→ **EXERCISE AIM**
Each entry needs to be copied exactly, with nothing left out.

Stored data
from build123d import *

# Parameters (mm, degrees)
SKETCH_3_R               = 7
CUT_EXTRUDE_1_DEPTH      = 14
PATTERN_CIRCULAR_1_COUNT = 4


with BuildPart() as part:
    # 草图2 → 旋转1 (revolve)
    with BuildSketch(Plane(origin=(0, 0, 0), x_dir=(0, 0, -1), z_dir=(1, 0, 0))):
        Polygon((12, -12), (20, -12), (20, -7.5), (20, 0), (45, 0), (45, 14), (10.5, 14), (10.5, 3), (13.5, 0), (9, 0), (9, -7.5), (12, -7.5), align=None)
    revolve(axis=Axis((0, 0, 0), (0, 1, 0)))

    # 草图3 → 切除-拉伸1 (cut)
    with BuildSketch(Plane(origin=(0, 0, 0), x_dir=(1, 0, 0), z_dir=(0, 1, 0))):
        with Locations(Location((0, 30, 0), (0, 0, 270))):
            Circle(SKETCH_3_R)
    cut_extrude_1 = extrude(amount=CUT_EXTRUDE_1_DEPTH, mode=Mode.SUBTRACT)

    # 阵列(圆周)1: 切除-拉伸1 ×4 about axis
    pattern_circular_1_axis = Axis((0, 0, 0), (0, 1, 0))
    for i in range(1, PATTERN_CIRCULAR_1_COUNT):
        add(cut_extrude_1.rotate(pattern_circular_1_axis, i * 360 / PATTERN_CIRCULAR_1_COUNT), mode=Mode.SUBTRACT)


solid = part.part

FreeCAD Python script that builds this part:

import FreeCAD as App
import Part
import Sketcher
from FreeCAD import Vector
Q = App.Units.Quantity


def add_polygon(sketch, points):
    """Adds a closed chain of lines whose ends are joined by coincident constraints."""
    first, n = sketch.GeometryCount, len(points)
    for a, b in zip(points, points[1:] + points[:1]):
        sketch.addGeometry(Part.LineSegment(App.Vector(*a, 0), App.Vector(*b, 0)), False)
    for i in range(n):
        sketch.addConstraint(Sketcher.Constraint("Coincident", first + i, 2, first + (i + 1) % n, 1))

doc = App.newDocument("Part")
body = doc.addObject("PartDesign::Body", "Body")

# Sketch on YZ plane
sketch1 = body.newObject("Sketcher::SketchObject", "Sketch")
sketch1.AttachmentSupport = (doc.getObject("YZ_Plane"), [""])
sketch1.MapMode = "FlatFace"
add_polygon(sketch1, [(-12, -12), (-12, -20), (0, -20), (0, -45), (14, -45), (14, -10.5), (3, -10.5), (0, -13.5), (0, -9), (-7.5, -9), (-7.5, -12)])  # lines 0-10
sketch1.addConstraint(Sketcher.Constraint("Vertical", 0))
sketch1.addConstraint(Sketcher.Constraint("Horizontal", 1))
sketch1.addConstraint(Sketcher.Constraint("Vertical", 2))
sketch1.addConstraint(Sketcher.Constraint("Horizontal", 3))
sketch1.addConstraint(Sketcher.Constraint("Vertical", 4))
sketch1.addConstraint(Sketcher.Constraint("Horizontal", 5))
sketch1.addConstraint(Sketcher.Constraint("Vertical", 7))
sketch1.addConstraint(Sketcher.Constraint("Horizontal", 8))
sketch1.addConstraint(Sketcher.Constraint("Vertical", 9))
sketch1.addConstraint(Sketcher.Constraint("Horizontal", 10))
sketch1.addConstraint(Sketcher.Constraint("PointOnObject", 1, 2, -2))
sketch1.addConstraint(Sketcher.Constraint("PointOnObject", 6, 2, -2))
sketch1.addConstraint(Sketcher.Constraint("Equal", 10, 7))
sketch1.addConstraint(Sketcher.Constraint("DistanceX", 1, 1, 1, 2, Q("12 mm")))
sketch1.addConstraint(Sketcher.Constraint("DistanceX", 3, 1, 3, 2, Q("14 mm")))
sketch1.addConstraint(Sketcher.Constraint("DistanceX", 5, 2, 5, 1, Q("11 mm")))
sketch1.addConstraint(Sketcher.Constraint("DistanceY", 0, 2, 0, 1, Q("8 mm")))
sketch1.addConstraint(Sketcher.Constraint("DistanceY", 2, 2, 2, 1, Q("25 mm")))
sketch1.addConstraint(Sketcher.Constraint("DistanceY", 9, 2, 9, 1, Q("3 mm")))
sketch1.addConstraint(Sketcher.Constraint("Angle", 6, Q("-135 deg")))
sketch1.addConstraint(Sketcher.Constraint("DistanceX", 8, 2, 8, 1, Q("7.5 mm")))
sketch1.addConstraint(Sketcher.Constraint("DistanceY", 0, 2, -1, 1, Q("20 mm")))
revolution = body.newObject("PartDesign::Revolution", "Revolution")
revolution.Profile = sketch1
revolution.ReferenceAxis = (sketch1, ["H_Axis"])
revolution.Angle = 360

# Sketch on XZ plane
sketch2 = body.newObject("Sketcher::SketchObject", "Sketch001")
sketch2.AttachmentSupport = (doc.getObject("XZ_Plane"), [""])
sketch2.MapMode = "FlatFace"
sketch2.addGeometry(Part.Circle(Vector(0, -30, 0), Vector(0, 0, 1), 7), False)
sketch2.addConstraint(Sketcher.Constraint("PointOnObject", 0, 3, -2))
sketch2.addConstraint(Sketcher.Constraint("Diameter", 0, Q("14 mm")))
sketch2.addConstraint(Sketcher.Constraint("DistanceY", 0, 3, -1, 1, Q("30 mm")))
pocket1 = body.newObject("PartDesign::Pocket", "Pocket")
pocket1.Profile = sketch2
pocket1.Length = 14
doc.recompute()

polarpattern = body.newObject("PartDesign::PolarPattern", "PolarPattern")
polarpattern.Originals = [pocket1]
polarpattern.Axis = (doc.getObject("Y_Axis"), [""])
polarpattern.Angle = 360
polarpattern.Occurrences = 4
body.Tip = polarpattern

doc.recompute()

→ **TASK SOLUTION**
from build123d import *

# Parameters (mm, degrees)
SKETCH_3_R               = 7
CUT_EXTRUDE_1_DEPTH      = 14
PATTERN_CIRCULAR_1_COUNT = 4


with BuildPart() as part:
    # 草图2 → 旋转1 (revolve)
    with BuildSketch(Plane(origin=(0, 0, 0), x_dir=(0, 0, -1), z_dir=(1, 0, 0))):
        Polygon((12, -12), (20, -12), (20, -7.5), (20, 0), (45, 0), (45, 14), (10.5, 14), (10.5, 3), (13.5, 0), (9, 0), (9, -7.5), (12, -7.5), align=None)
    revolve(axis=Axis((0, 0, 0), (0, 1, 0)))

    # 草图3 → 切除-拉伸1 (cut)
    with BuildSketch(Plane(origin=(0, 0, 0), x_dir=(1, 0, 0), z_dir=(0, 1, 0))):
        with Locations(Location((0, 30, 0), (0, 0, 270))):
            Circle(SKETCH_3_R)
    cut_extrude_1 = extrude(amount=CUT_EXTRUDE_1_DEPTH, mode=Mode.SUBTRACT)

    # 阵列(圆周)1: 切除-拉伸1 ×4 about axis
    pattern_circular_1_axis = Axis((0, 0, 0), (0, 1, 0))
    for i in range(1, PATTERN_CIRCULAR_1_COUNT):
        add(cut_extrude_1.rotate(pattern_circular_1_axis, i * 360 / PATTERN_CIRCULAR_1_COUNT), mode=Mode.SUBTRACT)


solid = part.part

FreeCAD Python script that builds this part:

import FreeCAD as App
import Part
import Sketcher
from FreeCAD import Vector
Q = App.Units.Quantity


def add_polygon(sketch, points):
    """Adds a closed chain of lines whose ends are joined by coincident constraints."""
    first, n = sketch.GeometryCount, len(points)
    for a, b in zip(points, points[1:] + points[:1]):
        sketch.addGeometry(Part.LineSegment(App.Vector(*a, 0), App.Vector(*b, 0)), False)
    for i in range(n):
        sketch.addConstraint(Sketcher.Constraint("Coincident", first + i, 2, first + (i + 1) % n, 1))

doc = App.newDocument("Part")
body = doc.addObject("PartDesign::Body", "Body")

# Sketch on YZ plane
sketch1 = body.newObject("Sketcher::SketchObject", "Sketch")
sketch1.AttachmentSupport = (doc.getObject("YZ_Plane"), [""])
sketch1.MapMode = "FlatFace"
add_polygon(sketch1, [(-12, -12), (-12, -20), (0, -20), (0, -45), (14, -45), (14, -10.5), (3, -10.5), (0, -13.5), (0, -9), (-7.5, -9), (-7.5, -12)])  # lines 0-10
sketch1.addConstraint(Sketcher.Constraint("Vertical", 0))
sketch1.addConstraint(Sketcher.Constraint("Horizontal", 1))
sketch1.addConstraint(Sketcher.Constraint("Vertical", 2))
sketch1.addConstraint(Sketcher.Constraint("Horizontal", 3))
sketch1.addConstraint(Sketcher.Constraint("Vertical", 4))
sketch1.addConstraint(Sketcher.Constraint("Horizontal", 5))
sketch1.addConstraint(Sketcher.Constraint("Vertical", 7))
sketch1.addConstraint(Sketcher.Constraint("Horizontal", 8))
sketch1.addConstraint(Sketcher.Constraint("Vertical", 9))
sketch1.addConstraint(Sketcher.Constraint("Horizontal", 10))
sketch1.addConstraint(Sketcher.Constraint("PointOnObject", 1, 2, -2))
sketch1.addConstraint(Sketcher.Constraint("PointOnObject", 6, 2, -2))
sketch1.addConstraint(Sketcher.Constraint("Equal", 10, 7))
sketch1.addConstraint(Sketcher.Constraint("DistanceX", 1, 1, 1, 2, Q("12 mm")))
sketch1.addConstraint(Sketcher.Constraint("DistanceX", 3, 1, 3, 2, Q("14 mm")))
sketch1.addConstraint(Sketcher.Constraint("DistanceX", 5, 2, 5, 1, Q("11 mm")))
sketch1.addConstraint(Sketcher.Constraint("DistanceY", 0, 2, 0, 1, Q("8 mm")))
sketch1.addConstraint(Sketcher.Constraint("DistanceY", 2, 2, 2, 1, Q("25 mm")))
sketch1.addConstraint(Sketcher.Constraint("DistanceY", 9, 2, 9, 1, Q("3 mm")))
sketch1.addConstraint(Sketcher.Constraint("Angle", 6, Q("-135 deg")))
sketch1.addConstraint(Sketcher.Constraint("DistanceX", 8, 2, 8, 1, Q("7.5 mm")))
sketch1.addConstraint(Sketcher.Constraint("DistanceY", 0, 2, -1, 1, Q("20 mm")))
revolution = body.newObject("PartDesign::Revolution", "Revolution")
revolution.Profile = sketch1
revolution.ReferenceAxis = (sketch1, ["H_Axis"])
revolution.Angle = 360

# Sketch on XZ plane
sketch2 = body.newObject("Sketcher::SketchObject", "Sketch001")
sketch2.AttachmentSupport = (doc.getObject("XZ_Plane"), [""])
sketch2.MapMode = "FlatFace"
sketch2.addGeometry(Part.Circle(Vector(0, -30, 0), Vector(0, 0, 1), 7), False)
sketch2.addConstraint(Sketcher.Constraint("PointOnObject", 0, 3, -2))
sketch2.addConstraint(Sketcher.Constraint("Diameter", 0, Q("14 mm")))
sketch2.addConstraint(Sketcher.Constraint("DistanceY", 0, 3, -1, 1, Q("30 mm")))
pocket1 = body.newObject("PartDesign::Pocket", "Pocket")
pocket1.Profile = sketch2
pocket1.Length = 14
doc.recompute()

polarpattern = body.newObject("PartDesign::PolarPattern", "PolarPattern")
polarpattern.Originals = [pocket1]
polarpattern.Axis = (doc.getObject("Y_Axis"), [""])
polarpattern.Angle = 360
polarpattern.Occurrences = 4
body.Tip = polarpattern

doc.recompute()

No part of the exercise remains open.